# Cant add Client PCs to Domain PLZ help



## jamsheed (Jan 7, 2007)

Hello All,

I have installed windows server 2003 with below applications.

DHCP server/DNS server/Domain controller/remote access VPN server and ISA server 2006.

after installing all these application I am able to pick up automatic IP in client PCs and PCs are able to surf internet using proxy but i am not able to add them to the domain controller of the server how ever i created a user account in active directory,i think that might be because of ISA server firewall or ....

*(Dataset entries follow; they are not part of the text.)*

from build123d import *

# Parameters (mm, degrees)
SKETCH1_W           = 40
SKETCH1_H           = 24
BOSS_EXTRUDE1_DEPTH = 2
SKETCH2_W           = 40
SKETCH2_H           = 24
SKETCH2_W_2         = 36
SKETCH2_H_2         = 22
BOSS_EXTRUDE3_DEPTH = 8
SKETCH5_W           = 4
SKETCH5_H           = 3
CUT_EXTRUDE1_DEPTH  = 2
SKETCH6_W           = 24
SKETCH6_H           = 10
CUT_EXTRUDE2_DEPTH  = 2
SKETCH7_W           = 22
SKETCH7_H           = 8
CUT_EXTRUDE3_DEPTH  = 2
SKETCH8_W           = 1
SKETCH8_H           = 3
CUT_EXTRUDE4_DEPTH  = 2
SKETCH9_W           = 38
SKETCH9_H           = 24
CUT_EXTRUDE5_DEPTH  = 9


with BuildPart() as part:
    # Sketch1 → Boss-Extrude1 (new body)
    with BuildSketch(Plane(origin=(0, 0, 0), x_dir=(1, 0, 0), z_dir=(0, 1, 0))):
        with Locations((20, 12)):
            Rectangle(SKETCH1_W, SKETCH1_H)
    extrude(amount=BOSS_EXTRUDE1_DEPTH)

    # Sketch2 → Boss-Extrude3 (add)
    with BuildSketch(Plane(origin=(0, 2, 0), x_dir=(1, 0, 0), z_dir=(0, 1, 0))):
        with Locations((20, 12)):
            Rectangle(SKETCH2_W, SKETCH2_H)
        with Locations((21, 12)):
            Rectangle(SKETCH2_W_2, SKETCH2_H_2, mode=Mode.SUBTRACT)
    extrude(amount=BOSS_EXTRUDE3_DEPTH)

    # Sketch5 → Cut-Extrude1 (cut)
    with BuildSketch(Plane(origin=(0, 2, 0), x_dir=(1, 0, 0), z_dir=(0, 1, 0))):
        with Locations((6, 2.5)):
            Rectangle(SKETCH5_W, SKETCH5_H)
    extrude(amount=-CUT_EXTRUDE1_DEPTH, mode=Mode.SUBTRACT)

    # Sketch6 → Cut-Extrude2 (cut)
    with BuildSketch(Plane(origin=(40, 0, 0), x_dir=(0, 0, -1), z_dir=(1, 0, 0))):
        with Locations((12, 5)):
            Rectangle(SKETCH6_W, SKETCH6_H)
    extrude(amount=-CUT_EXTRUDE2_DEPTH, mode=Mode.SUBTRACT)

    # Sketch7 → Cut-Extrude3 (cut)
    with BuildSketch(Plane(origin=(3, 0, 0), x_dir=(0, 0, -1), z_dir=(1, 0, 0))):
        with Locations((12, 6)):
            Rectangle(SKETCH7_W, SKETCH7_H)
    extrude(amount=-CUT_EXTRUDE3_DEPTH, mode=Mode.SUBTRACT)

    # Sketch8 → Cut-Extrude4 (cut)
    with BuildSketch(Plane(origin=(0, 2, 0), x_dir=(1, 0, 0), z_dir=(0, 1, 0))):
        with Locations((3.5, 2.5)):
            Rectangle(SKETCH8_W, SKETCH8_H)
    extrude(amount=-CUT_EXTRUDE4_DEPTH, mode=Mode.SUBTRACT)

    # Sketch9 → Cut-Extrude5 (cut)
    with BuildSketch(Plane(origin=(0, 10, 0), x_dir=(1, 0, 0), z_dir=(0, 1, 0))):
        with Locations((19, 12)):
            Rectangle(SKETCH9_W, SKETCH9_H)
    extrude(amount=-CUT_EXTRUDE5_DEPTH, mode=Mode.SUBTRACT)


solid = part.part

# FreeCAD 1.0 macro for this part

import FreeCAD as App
import Part
import Sketcher


def add_polygon(sketch, points):
    """Adds a closed chain of lines whose ends are joined by coincident constraints."""
    first, n = sketch.GeometryCount, len(points)
    for a, b in zip(points, points[1:] + points[:1]):
        sketch.addGeometry(Part.LineSegment(App.Vector(*a, 0), App.Vector(*b, 0)), False)
    for i in range(n):
        sketch.addConstraint(Sketcher.Constraint("Coincident", first + i, 2, first + (i + 1) % n, 1))

doc = App.newDocument("Part")
params = doc.addObject("Spreadsheet::Sheet", "Params")
for row, (alias, value) in enumerate([
    ("sketch1_width", "40 mm"),
    ("sketch1_height", "24 mm"),
    ("pad1_length", "2 mm"),
    ("sketch2_width", "40 mm"),
    ("sketch2_width2", "36 mm"),
    ("sketch2_height", "24 mm"),
    ("sketch2_height2", "22 mm"),
    ("pad2_length", "8 mm"),
    ("sketch3_width", "4 mm"),
    ("sketch3_height", "3 mm"),
    ("pocket1_length", "2 mm"),
    ("sketch4_width", "10 mm"),
    ("sketch4_height", "24 mm"),
    ("pocket2_length", "2 mm"),
    ("sketch5_width", "8 mm"),
    ("sketch5_height", "22 mm"),
    ("pocket3_length", "2 mm"),
    ("sketch6_width", "1 mm"),
    ("sketch6_height", "3 mm"),
    ("pocket4_length", "2 mm"),
    ("sketch7_width", "38 mm"),
    ("sketch7_height", "24 mm"),
    ("pocket5_length", "9 mm"),
], start=1):
    params.set(f"A{row}", alias)
    params.set(f"B{row}", "=" + value)
    params.setAlias(f"B{row}", alias)

body = doc.addObject("PartDesign::Body", "Body")

sketch1 = doc.addObject("Sketcher::SketchObject", "Sketch")
body.addObject(sketch1)
sketch1.AttachmentSupport = (doc.XZ_Plane, [""])
sketch1.MapMode = "FlatFace"
add_polygon(sketch1, [(0, -24), (0, 0), (40, 0), (40, -24)])
sketch1.addConstraint([
    Sketcher.Constraint("Vertical", 0),
    Sketcher.Constraint("Horizontal", 1),
    Sketcher.Constraint("Vertical", 2),
    Sketcher.Constraint("Horizontal", 3),
    Sketcher.Constraint("Coincident", 0, 2, -1, 1),
    Sketcher.Constraint("DistanceX", 1, 1, 1, 2, 40.0),
    Sketcher.Constraint("DistanceY", 0, 1, 0, 2, 24.0),
])
sketch1.setExpression("Constraints[9]", "Params.sketch1_width")
sketch1.setExpression("Constraints[10]", "Params.sketch1_height")
pad1 = doc.addObject("PartDesign::Pad", "Pad")
body.addObject(pad1)
pad1.Profile = sketch1
pad1.setExpression("Length", "Params.pad1_length")
pad1.Reversed = True

sketch2 = doc.addObject("Sketcher::SketchObject", "Sketch001")
body.addObject(sketch2)
sketch2.AttachmentSupport = (doc.XZ_Plane, [""])
sketch2.MapMode = "FlatFace"
sketch2.AttachmentOffset = App.Placement(App.Vector(0, 0, -2), App.Rotation())
add_polygon(sketch2, [(0, -24), (0, 0), (40, 0), (40, -24)])
add_polygon(sketch2, [(39, -1), (3, -1), (3, -23), (39, -23)])
sketch2.addConstraint([
    Sketcher.Constraint("Vertical", 0),
    Sketcher.Constraint("Horizontal", 1),
    Sketcher.Constraint("Vertical", 2),
    Sketcher.Constraint("Horizontal", 3),
    Sketcher.Constraint("Horizontal", 4),
    Sketcher.Constraint("Vertical", 5),
    Sketcher.Constraint("Horizontal", 6),
    Sketcher.Constraint("Vertical", 7),
    Sketcher.Constraint("Coincident", 0, 2, -1, 1),
    Sketcher.Constraint("DistanceX", 1, 1, 1, 2, 40.0),
    Sketcher.Constraint("DistanceX", 4, 2, 4, 1, 36.0),
    Sketcher.Constraint("DistanceY", 0, 1, 0, 2, 24.0),
    Sketcher.Constraint("DistanceY", 5, 2, 5, 1, 22.0),
    Sketcher.Constraint("DistanceX", -1, 1, 4, 2, 3.0),
    Sketcher.Constraint("DistanceY", 4, 2, -1, 1, 1.0),
])
sketch2.setExpression("Constraints[17]", "Params.sketch2_width")
sketch2.setExpression("Constraints[18]", "Params.sketch2_width2")
sketch2.setExpression("Constraints[19]", "Params.sketch2_height")
sketch2.setExpression("Constraints[20]", "Params.sketch2_height2")
pad2 = doc.addObject("PartDesign::Pad", "Pad001")
body.addObject(pad2)
pad2.Profile = sketch2
pad2.setExpression("Length", "Params.pad2_length")
pad2.Reversed = True

sketch3 = doc.addObject("Sketcher::SketchObject", "Sketch002")
body.addObject(sketch3)
sketch3.AttachmentSupport = (doc.XZ_Plane, [""])
sketch3.MapMode = "FlatFace"
sketch3.AttachmentOffset = App.Placement(App.Vector(0, 0, -2), App.Rotation())
add_polygon(sketch3, [(4, -4), (4, -1), (8, -1), (8, -4)])
sketch3.addConstraint([
    Sketcher.Constraint("Vertical", 0),
    Sketcher.Constraint("Horizontal", 1),
    Sketcher.Constraint("Vertical", 2),
    Sketcher.Constraint("Horizontal", 3),
    Sketcher.Constraint("DistanceX", 1, 1, 1, 2, 4.0),
    Sketcher.Constraint("DistanceY", 0, 1, 0, 2, 3.0),
    Sketcher.Constraint("DistanceX", -1, 1, 0, 2, 4.0),
    Sketcher.Constraint("DistanceY", 0, 2, -1, 1, 1.0),
])
sketch3.setExpression("Constraints[8]", "Params.sketch3_width")
sketch3.setExpression("Constraints[9]", "Params.sketch3_height")
pocket1 = doc.addObject("PartDesign::Pocket", "Pocket")
body.addObject(pocket1)
pocket1.Profile = sketch3
pocket1.setExpression("Length", "Params.pocket1_length")
pocket1.Reversed = True

sketch4 = doc.addObject("Sketcher::SketchObject", "Sketch003")
body.addObject(sketch4)
sketch4.AttachmentSupport = (doc.YZ_Plane, [""])
sketch4.MapMode = "FlatFace"
sketch4.AttachmentOffset = App.Placement(App.Vector(0, 0, 40), App.Rotation())
add_polygon(sketch4, [(10, 0), (0, 0), (0, -24), (10, -24)])
sketch4.addConstraint([
    Sketcher.Constraint("Horizontal", 0),
    Sketcher.Constraint("Vertical", 1),
    Sketcher.Constraint("Horizontal", 2),
    Sketcher.Constraint("Vertical", 3),
    Sketcher.Constraint("Coincident", 0, 2, -1, 1),
    Sketcher.Constraint("DistanceX", 0, 2, 0, 1, 10.0),
    Sketcher.Constraint("DistanceY", 1, 2, 1, 1, 24.0),
])
sketch4.setExpression("Constraints[9]", "Params.sketch4_width")
sketch4.setExpression("Constraints[10]", "Params.sketch4_height")
pocket2 = doc.addObject("PartDesign::Pocket", "Pocket001")
body.addObject(pocket2)
pocket2.Profile = sketch4
pocket2.setExpression("Length", "Params.pocket2_length")

sketch5 = doc.addObject("Sketcher::SketchObject", "Sketch004")
body.addObject(sketch5)
sketch5.AttachmentSupport = (doc.YZ_Plane, [""])
sketch5.MapMode = "FlatFace"
sketch5.AttachmentOffset = App.Placement(App.Vector(0, 0, 3), App.Rotation())
add_polygon(sketch5, [(10, -1), (2, -1), (2, -23), (10, -23)])
sketch5.addConstraint([
    Sketcher.Constraint("Horizontal", 0),
    Sketcher.Constraint("Vertical", 1),
    Sketcher.Constraint("Horizontal", 2),
    Sketcher.Constraint("Vertical", 3),
    Sketcher.Constraint("DistanceX", 0, 2, 0, 1, 8.0),
    Sketcher.Constraint("DistanceY", 1, 2, 1, 1, 22.0),
    Sketcher.Constraint("DistanceX", -1, 1, 0, 2, 2.0),
    Sketcher.Constraint("DistanceY", 0, 2, -1, 1, 1.0),
])
sketch5.setExpression("Constraints[8]", "Params.sketch5_width")
sketch5.setExpression("Constraints[9]", "Params.sketch5_height")
pocket3 = doc.addObject("PartDesign::Pocket", "Pocket002")
body.addObject(pocket3)
pocket3.Profile = sketch5
pocket3.setExpression("Length", "Params.pocket3_length")

sketch6 = doc.addObject("Sketcher::SketchObject", "Sketch005")
body.addObject(sketch6)
sketch6.AttachmentSupport = (doc.XZ_Plane, [""])
sketch6.MapMode = "FlatFace"
sketch6.AttachmentOffset = App.Placement(App.Vector(0, 0, -2), App.Rotation())
add_polygon(sketch6, [(3, -4), (3, -1), (4, -1), (4, -4)])
sketch6.addConstraint([
    Sketcher.Constraint("Vertical", 0),
    Sketcher.Constraint("Horizontal", 1),
    Sketcher.Constraint("Vertical", 2),
    Sketcher.Constraint("Horizontal", 3),
    Sketcher.Constraint("DistanceX", 1, 1, 1, 2, 1.0),
    Sketcher.Constraint("DistanceY", 0, 1, 0, 2, 3.0),
    Sketcher.Constraint("DistanceX", -1, 1, 0, 2, 3.0),
    Sketcher.Constraint("DistanceY", 0, 2, -1, 1, 1.0),
])
sketch6.setExpression("Constraints[8]", "Params.sketch6_width")
sketch6.setExpression("Constraints[9]", "Params.sketch6_height")
pocket4 = doc.addObject("PartDesign::Pocket", "Pocket003")
body.addObject(pocket4)
pocket4.Profile = sketch6
pocket4.setExpression("Length", "Params.pocket4_length")
pocket4.Reversed = True

sketch7 = doc.addObject("Sketcher::SketchObject", "Sketch006")
body.addObject(sketch7)
sketch7.AttachmentSupport = (doc.XZ_Plane, [""])
sketch7.MapMode = "FlatFace"
sketch7.AttachmentOffset = App.Placement(App.Vector(0, 0, -10), App.Rotation())
add_polygon(sketch7, [(0, -24), (0, 0), (38, 0), (38, -24)])
sketch7.addConstraint([
    Sketcher.Constraint("Vertical", 0),
    Sketcher.Constraint("Horizontal", 1),
    Sketcher.Constraint("Vertical", 2),
    Sketcher.Constraint("Horizontal", 3),
    Sketcher.Constraint("Coincident", 0, 2, -1, 1),
    Sketcher.Constraint("DistanceX", 1, 1, 1, 2, 38.0),
    Sketcher.Constraint("DistanceY", 0, 1, 0, 2, 24.0),
])
sketch7.setExpression("Constraints[9]", "Params.sketch7_width")
sketch7.setExpression("Constraints[10]", "Params.sketch7_height")
pocket5 = doc.addObject("PartDesign::Pocket", "Pocket004")
body.addObject(pocket5)
pocket5.Profile = sketch7
pocket5.setExpression("Length", "Params.pocket5_length")
pocket5.Reversed = True

doc.recompute()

I would appreciate it if some one could help me fix this matter.

Best Regards
Jamsheed


----------



## LinuxHacker (Jan 1, 1970)

what error do you get when trying to join?


----------



## peterh40 (Apr 15, 2007)

The clinet PCs must be set to get IP addresses from DHCP from your Windows Server. Run Ipconfig .all on a client PC and make sure DNS IP address is pointing to your Windows server, and not to a router or ISP address. DNS on Windows server can be set up to forward DNS to an external DNS source.


----------



## jamsheed (Jan 7, 2007)

Hello Dears,

thanks for replys, after I authorize DHCP all my clients can pick up automatic IP from server 10.10.0.12 and by configuring LAN sitting "use a proxy server for your LAN" and the address 10.10.0.1 port 8080 they are able to access to internet also.

But they cant join to domain controlle and i get below message on client PCs.

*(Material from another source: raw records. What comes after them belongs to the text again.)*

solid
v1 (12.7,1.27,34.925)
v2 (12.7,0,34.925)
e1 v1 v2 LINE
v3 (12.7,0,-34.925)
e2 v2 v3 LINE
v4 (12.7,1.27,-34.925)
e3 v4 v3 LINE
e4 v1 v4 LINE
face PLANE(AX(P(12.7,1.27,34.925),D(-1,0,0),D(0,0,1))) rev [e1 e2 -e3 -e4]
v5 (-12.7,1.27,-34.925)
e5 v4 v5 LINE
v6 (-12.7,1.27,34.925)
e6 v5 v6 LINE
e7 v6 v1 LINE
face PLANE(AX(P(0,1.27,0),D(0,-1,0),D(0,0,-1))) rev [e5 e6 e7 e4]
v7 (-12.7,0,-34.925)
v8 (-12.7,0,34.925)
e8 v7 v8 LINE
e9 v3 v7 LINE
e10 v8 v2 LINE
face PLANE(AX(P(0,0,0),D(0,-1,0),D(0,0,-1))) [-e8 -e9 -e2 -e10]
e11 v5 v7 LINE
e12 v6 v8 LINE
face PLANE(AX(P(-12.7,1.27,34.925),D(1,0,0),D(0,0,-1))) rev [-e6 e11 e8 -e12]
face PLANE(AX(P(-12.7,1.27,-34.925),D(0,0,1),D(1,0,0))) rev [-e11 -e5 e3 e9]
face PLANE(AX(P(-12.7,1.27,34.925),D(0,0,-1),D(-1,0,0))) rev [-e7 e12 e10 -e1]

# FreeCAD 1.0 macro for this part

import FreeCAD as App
import Part
import Sketcher
from FreeCAD import Vector
Q = App.Units.Quantity


def add_polygon(sketch, points):
    """Adds a closed chain of lines whose ends are joined by coincident constraints."""
    first, n = sketch.GeometryCount, len(points)
    for a, b in zip(points, points[1:] + points[:1]):
        sketch.addGeometry(Part.LineSegment(App.Vector(*a, 0), App.Vector(*b, 0)), False)
    for i in range(n):
        sketch.addConstraint(Sketcher.Constraint("Coincident", first + i, 2, first + (i + 1) % n, 1))

doc = App.newDocument("Part")
body = doc.addObject("PartDesign::Body", "Body")

sketch1 = doc.addObject("Sketcher::SketchObject", "Sketch")
body.addObject(sketch1)
sketch1.AttachmentSupport = (doc.XZ_Plane, [""])
sketch1.MapMode = "FlatFace"
add_polygon(sketch1, [(-12.7, -34.925), (-12.7, 34.925), (12.7, 34.925), (12.7, -34.925)])
sketch1.addConstraint(Sketcher.Constraint("Vertical", 0))
sketch1.addConstraint(Sketcher.Constraint("Horizontal", 1))
sketch1.addConstraint(Sketcher.Constraint("Vertical", 2))
sketch1.addConstraint(Sketcher.Constraint("Horizontal", 3))
sketch1.addConstraint(Sketcher.Constraint("Symmetric", 0, 2, 2, 2, -1, 1))
sketch1.addConstraint(Sketcher.Constraint("DistanceX", 1, 1, 1, 2, Q("1 in")))
sketch1.addConstraint(Sketcher.Constraint("DistanceY", 0, 1, 0, 2, Q("2.75 in")))
pad1 = doc.addObject("PartDesign::Pad", "Pad")
body.addObject(pad1)
pad1.Profile = sketch1
pad1.Length = Q("0.05 in")
pad1.Reversed = True

doc.recompute()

(A doimain Controller for the domain "mazar" could not be contacted

Ensure that the domain name is typed correctly

the the name is correct details for troubleshiiting infomation)

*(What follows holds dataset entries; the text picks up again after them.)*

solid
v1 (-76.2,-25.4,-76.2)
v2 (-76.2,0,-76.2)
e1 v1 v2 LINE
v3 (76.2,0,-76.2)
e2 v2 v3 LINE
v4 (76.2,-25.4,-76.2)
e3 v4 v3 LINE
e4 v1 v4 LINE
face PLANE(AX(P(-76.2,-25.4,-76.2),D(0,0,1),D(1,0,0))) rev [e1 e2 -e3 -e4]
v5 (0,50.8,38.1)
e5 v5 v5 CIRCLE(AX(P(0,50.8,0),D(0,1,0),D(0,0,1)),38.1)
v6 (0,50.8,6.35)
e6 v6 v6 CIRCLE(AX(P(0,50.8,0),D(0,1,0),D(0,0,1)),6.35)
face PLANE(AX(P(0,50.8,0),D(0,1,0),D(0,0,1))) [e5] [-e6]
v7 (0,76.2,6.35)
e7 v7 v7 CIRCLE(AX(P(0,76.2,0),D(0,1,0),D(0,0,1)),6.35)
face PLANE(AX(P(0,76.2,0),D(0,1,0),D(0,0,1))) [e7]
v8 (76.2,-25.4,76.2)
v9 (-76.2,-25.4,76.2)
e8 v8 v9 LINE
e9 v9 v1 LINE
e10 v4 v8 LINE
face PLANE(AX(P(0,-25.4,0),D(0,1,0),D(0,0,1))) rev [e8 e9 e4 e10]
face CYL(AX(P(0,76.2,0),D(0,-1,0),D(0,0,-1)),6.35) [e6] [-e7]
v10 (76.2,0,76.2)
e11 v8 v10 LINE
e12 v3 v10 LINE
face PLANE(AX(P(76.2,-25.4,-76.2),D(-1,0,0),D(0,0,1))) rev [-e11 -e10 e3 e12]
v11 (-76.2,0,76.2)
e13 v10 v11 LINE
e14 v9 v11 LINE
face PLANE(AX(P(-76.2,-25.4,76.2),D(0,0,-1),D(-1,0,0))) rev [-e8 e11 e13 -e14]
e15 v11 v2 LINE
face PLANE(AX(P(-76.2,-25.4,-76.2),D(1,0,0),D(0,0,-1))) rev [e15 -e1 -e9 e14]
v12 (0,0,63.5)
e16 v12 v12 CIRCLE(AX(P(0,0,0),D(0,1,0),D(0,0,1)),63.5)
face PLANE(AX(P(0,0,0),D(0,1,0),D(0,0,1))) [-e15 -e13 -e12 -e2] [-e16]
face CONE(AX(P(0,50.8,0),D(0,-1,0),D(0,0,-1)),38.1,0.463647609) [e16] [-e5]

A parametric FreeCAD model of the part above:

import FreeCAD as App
import Part
import Sketcher

V = App.Vector
Q = App.Units.Quantity


def add_polygon(sketch, points):
    """Adds a closed chain of lines whose ends are joined by coincident constraints."""
    first, n = sketch.GeometryCount, len(points)
    for a, b in zip(points, points[1:] + points[:1]):
        sketch.addGeometry(Part.LineSegment(App.Vector(*a, 0), App.Vector(*b, 0)), False)
    for i in range(n):
        sketch.addConstraint(Sketcher.Constraint("Coincident", first + i, 2, first + (i + 1) % n, 1))

doc = App.newDocument("Part")
body = doc.addObject("PartDesign::Body", "Body")

# Sketch on XZ plane
sketch1 = body.newObject("Sketcher::SketchObject", "Sketch")
sketch1.AttachmentSupport = (doc.getObject("XZ_Plane"), [""])
sketch1.MapMode = "FlatFace"
sketch1.addGeometry(Part.Circle(V(0, 0, 0), V(0, 0, 1), 63.5), False)
sketch1.addConstraint([
    Sketcher.Constraint("Coincident", 0, 3, -1, 1),
    Sketcher.Constraint("Diameter", 0, Q("5 in")),
])

# Sketch on XZ plane
sketch2 = body.newObject("Sketcher::SketchObject", "Sketch001")
sketch2.AttachmentSupport = (doc.getObject("XZ_Plane"), [""])
sketch2.MapMode = "FlatFace"
sketch2.AttachmentOffset = App.Placement(V(0, 0, -2 * 25.4), App.Rotation())
sketch2.addGeometry(Part.Circle(V(0, 0, 0), V(0, 0, 1), 38.1), False)
sketch2.addConstraint([
    Sketcher.Constraint("Coincident", 0, 3, -1, 1),
    Sketcher.Constraint("Diameter", 0, Q("3 in")),
])

additiveloft = body.newObject("PartDesign::AdditiveLoft", "AdditiveLoft")
additiveloft.Profile = sketch1
additiveloft.Sections = [sketch2]

# Sketch on XZ plane
sketch3 = body.newObject("Sketcher::SketchObject", "Sketch002")
sketch3.AttachmentSupport = (doc.getObject("XZ_Plane"), [""])
sketch3.MapMode = "FlatFace"
add_polygon(sketch3, [(-76.2, 76.2), (-76.2, -76.2), (76.2, -76.2), (76.2, 76.2)])  # lines 0-3
sketch3.addConstraint([
    Sketcher.Constraint("Vertical", 0),
    Sketcher.Constraint("Horizontal", 1),
    Sketcher.Constraint("Vertical", 2),
    Sketcher.Constraint("Horizontal", 3),
    Sketcher.Constraint("Symmetric", 0, 2, 2, 2, -1, 1),
    Sketcher.Constraint("Equal", 3, 0),
    Sketcher.Constraint("DistanceX", 1, 1, 1, 2, Q("6 in")),
])
pad1 = body.newObject("PartDesign::Pad", "Pad")
pad1.Profile = sketch3
pad1.Length = Q("1 in")

# Sketch on XZ plane
sketch4 = body.newObject("Sketcher::SketchObject", "Sketch003")
sketch4.AttachmentSupport = (doc.getObject("XZ_Plane"), [""])
sketch4.MapMode = "FlatFace"
sketch4.AttachmentOffset = App.Placement(V(0, 0, -2 * 25.4), App.Rotation())
sketch4.addGeometry(Part.Circle(V(0, 0, 0), V(0, 0, 1), 6.35), False)
sketch4.addConstraint([
    Sketcher.Constraint("Coincident", 0, 3, -1, 1),
    Sketcher.Constraint("Diameter", 0, Q("0.5 in")),
])
pad2 = body.newObject("PartDesign::Pad", "Pad001")
pad2.Profile = sketch4
pad2.Length = Q("1 in")
pad2.Reversed = True

doc.recompute()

Hope some one can help me out

regards


----------



## jamsheed (Jan 7, 2007)

Please forgive me for my misstyping that is (troubleshooting information)


----------



## jamsheed (Jan 7, 2007)

Hello 

Any idea please???


----------



## LinuxHacker (Jan 1, 1970)

try to ping your domain controller by FQDN. 

ex.

dc.mazar.com


----------



## StumpedTechy (Jul 7, 2004)

> The clinet PCs must be set to get IP addresses from DHCP from your Windows Server.


Not true at all. You don't have to be DHCP authenticated by a windows server in order to get onto a windows domain. You just have to make sure all the domain information is in the client machines. Any DHCP should be able to provide it as long as the DHCP server is setup correctly.

Here is what you want to do -

1) Ping the server by FQDN and make sure you get a reply.
2) Do an nslookup from your machine to the server. (this is probably where your having a failure).
3) Ensure that the DNS server on your workstations is set to a DNS server that isone of the windows domain DNS servers OR a DNS server that has records pointing back to the windows DNS domain. (probably is currently resolving to the ISP or another domain)

What you want is a client who is able to get dns resolutions going client - domain - ISP so your DNS server on your client would then be the IP of your domain controller which would be running DNS with Active Directory.

Also I noticed you said domain mazar most poeple either have xxx.com or xxx.local as their domain where xxx in this case would be mazar have you tried adding a machien to the domain using the full context of your domain namespace?


----------